-- Exercise --
Using the listing below, copy exactly the lines from the one containing "#40=ORIENTED_EDGE('',*,*,#31,.F.);" to the one containing "# FreeCAD 1.0 macro for this part", both lines included, and no others.

━━━━━ Source material ━━━━━

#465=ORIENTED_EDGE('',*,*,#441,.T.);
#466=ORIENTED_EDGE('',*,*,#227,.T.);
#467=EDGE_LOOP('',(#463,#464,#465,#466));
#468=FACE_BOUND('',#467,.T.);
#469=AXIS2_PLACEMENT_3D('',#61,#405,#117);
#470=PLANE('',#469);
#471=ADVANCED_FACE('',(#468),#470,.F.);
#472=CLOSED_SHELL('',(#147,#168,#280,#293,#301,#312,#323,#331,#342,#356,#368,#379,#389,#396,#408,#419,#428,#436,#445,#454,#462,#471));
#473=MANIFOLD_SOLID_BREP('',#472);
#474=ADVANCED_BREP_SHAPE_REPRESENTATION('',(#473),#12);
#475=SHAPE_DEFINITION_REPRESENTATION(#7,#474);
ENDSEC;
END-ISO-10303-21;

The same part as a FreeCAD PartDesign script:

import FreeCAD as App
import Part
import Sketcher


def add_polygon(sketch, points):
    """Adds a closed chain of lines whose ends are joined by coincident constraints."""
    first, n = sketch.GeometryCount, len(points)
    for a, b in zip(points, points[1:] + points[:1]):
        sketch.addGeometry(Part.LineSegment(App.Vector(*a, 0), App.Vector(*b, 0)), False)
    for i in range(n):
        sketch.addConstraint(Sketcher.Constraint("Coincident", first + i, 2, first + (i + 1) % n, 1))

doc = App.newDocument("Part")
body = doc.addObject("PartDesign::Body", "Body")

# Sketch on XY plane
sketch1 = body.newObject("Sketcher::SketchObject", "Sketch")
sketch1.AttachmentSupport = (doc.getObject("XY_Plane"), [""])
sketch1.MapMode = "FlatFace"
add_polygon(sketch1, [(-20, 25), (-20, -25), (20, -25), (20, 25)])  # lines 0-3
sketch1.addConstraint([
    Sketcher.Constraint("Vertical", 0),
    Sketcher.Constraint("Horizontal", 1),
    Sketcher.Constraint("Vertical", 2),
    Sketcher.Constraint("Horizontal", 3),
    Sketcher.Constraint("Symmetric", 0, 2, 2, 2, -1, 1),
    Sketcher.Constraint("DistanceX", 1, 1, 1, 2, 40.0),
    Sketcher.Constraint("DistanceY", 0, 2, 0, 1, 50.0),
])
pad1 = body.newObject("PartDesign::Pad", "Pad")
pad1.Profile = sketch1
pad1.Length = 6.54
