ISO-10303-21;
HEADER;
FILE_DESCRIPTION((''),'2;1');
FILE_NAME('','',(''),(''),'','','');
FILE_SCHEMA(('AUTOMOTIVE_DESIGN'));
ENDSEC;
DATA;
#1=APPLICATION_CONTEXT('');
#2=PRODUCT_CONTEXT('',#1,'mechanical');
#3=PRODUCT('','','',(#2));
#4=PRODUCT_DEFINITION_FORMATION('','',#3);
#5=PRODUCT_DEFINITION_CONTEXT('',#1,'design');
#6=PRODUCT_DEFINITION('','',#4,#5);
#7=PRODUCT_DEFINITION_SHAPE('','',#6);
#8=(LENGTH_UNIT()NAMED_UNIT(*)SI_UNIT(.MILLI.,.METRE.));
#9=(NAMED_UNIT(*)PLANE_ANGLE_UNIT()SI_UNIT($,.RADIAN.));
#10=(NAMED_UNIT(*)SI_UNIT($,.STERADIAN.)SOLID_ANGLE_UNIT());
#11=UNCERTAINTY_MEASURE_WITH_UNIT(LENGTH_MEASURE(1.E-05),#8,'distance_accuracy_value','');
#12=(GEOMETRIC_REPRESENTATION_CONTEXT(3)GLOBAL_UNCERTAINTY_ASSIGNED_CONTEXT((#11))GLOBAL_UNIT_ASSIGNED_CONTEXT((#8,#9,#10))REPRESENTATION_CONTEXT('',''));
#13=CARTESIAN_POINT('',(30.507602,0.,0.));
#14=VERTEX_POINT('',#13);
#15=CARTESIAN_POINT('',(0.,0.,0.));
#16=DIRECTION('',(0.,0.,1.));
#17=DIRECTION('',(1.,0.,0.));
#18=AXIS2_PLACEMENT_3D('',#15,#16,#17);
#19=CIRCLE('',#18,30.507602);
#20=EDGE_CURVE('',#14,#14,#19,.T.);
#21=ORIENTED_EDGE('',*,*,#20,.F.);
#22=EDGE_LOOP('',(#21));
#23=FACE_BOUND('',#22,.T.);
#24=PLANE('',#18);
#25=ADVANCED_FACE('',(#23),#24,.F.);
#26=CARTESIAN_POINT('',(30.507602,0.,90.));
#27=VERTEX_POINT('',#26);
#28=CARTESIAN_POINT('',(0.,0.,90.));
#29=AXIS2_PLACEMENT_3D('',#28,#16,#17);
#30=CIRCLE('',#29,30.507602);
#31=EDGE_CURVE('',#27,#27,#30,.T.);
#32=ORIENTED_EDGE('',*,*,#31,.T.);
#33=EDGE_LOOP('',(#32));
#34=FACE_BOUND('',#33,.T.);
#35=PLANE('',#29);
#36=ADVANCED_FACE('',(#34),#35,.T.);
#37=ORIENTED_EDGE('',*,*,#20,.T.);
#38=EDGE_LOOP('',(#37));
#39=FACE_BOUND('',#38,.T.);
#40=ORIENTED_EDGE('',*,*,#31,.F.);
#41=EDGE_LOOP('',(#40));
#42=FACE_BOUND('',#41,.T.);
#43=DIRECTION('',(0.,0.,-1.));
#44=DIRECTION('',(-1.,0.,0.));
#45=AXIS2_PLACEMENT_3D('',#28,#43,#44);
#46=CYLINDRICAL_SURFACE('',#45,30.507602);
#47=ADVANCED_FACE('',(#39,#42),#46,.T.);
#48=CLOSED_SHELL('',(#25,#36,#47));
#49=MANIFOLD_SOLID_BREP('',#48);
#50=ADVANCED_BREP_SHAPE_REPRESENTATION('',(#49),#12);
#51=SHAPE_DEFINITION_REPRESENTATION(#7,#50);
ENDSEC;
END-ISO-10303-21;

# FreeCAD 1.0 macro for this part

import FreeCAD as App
import Part
import Sketcher

doc = App.newDocument("Part")
body = doc.addObject("PartDesign::Body", "Body")

sketch1 = doc.addObject("Sketcher::SketchObject", "Sketch")
body.addObject(sketch1)
sketch1.AttachmentSupport = (doc.XY_Plane, [""])
sketch1.MapMode = "FlatFace"
sketch1.addGeometry(Part.Circle(App.Vector(0, 0, 0), App.Vector(0, 0, 1), 31), False)
sketch1.addConstraint([
    Sketcher.Constraint("Coincident", 0, 3, -1, 1),
    Sketcher.Constraint("Diameter", 0, 61.015205),
])
pad1 = doc.addObject("PartDesign::Pad", "Pad")
body.addObject(pad1)
pad1.Profile = sketch1
pad1.Length = 90

doc.recompute()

━━━━━

-- Result for this task --
#40=ORIENTED_EDGE('',*,*,#31,.F.);
#41=EDGE_LOOP('',(#40));
#42=FACE_BOUND('',#41,.T.);
#43=DIRECTION('',(0.,0.,-1.));
#44=DIRECTION('',(-1.,0.,0.));
#45=AXIS2_PLACEMENT_3D('',#28,#43,#44);
#46=CYLINDRICAL_SURFACE('',#45,30.507602);
#47=ADVANCED_FACE('',(#39,#42),#46,.T.);
#48=CLOSED_SHELL('',(#25,#36,#47));
#49=MANIFOLD_SOLID_BREP('',#48);
#50=ADVANCED_BREP_SHAPE_REPRESENTATION('',(#49),#12);
#51=SHAPE_DEFINITION_REPRESENTATION(#7,#50);
ENDSEC;
END-ISO-10303-21;

# FreeCAD 1.0 macro for this part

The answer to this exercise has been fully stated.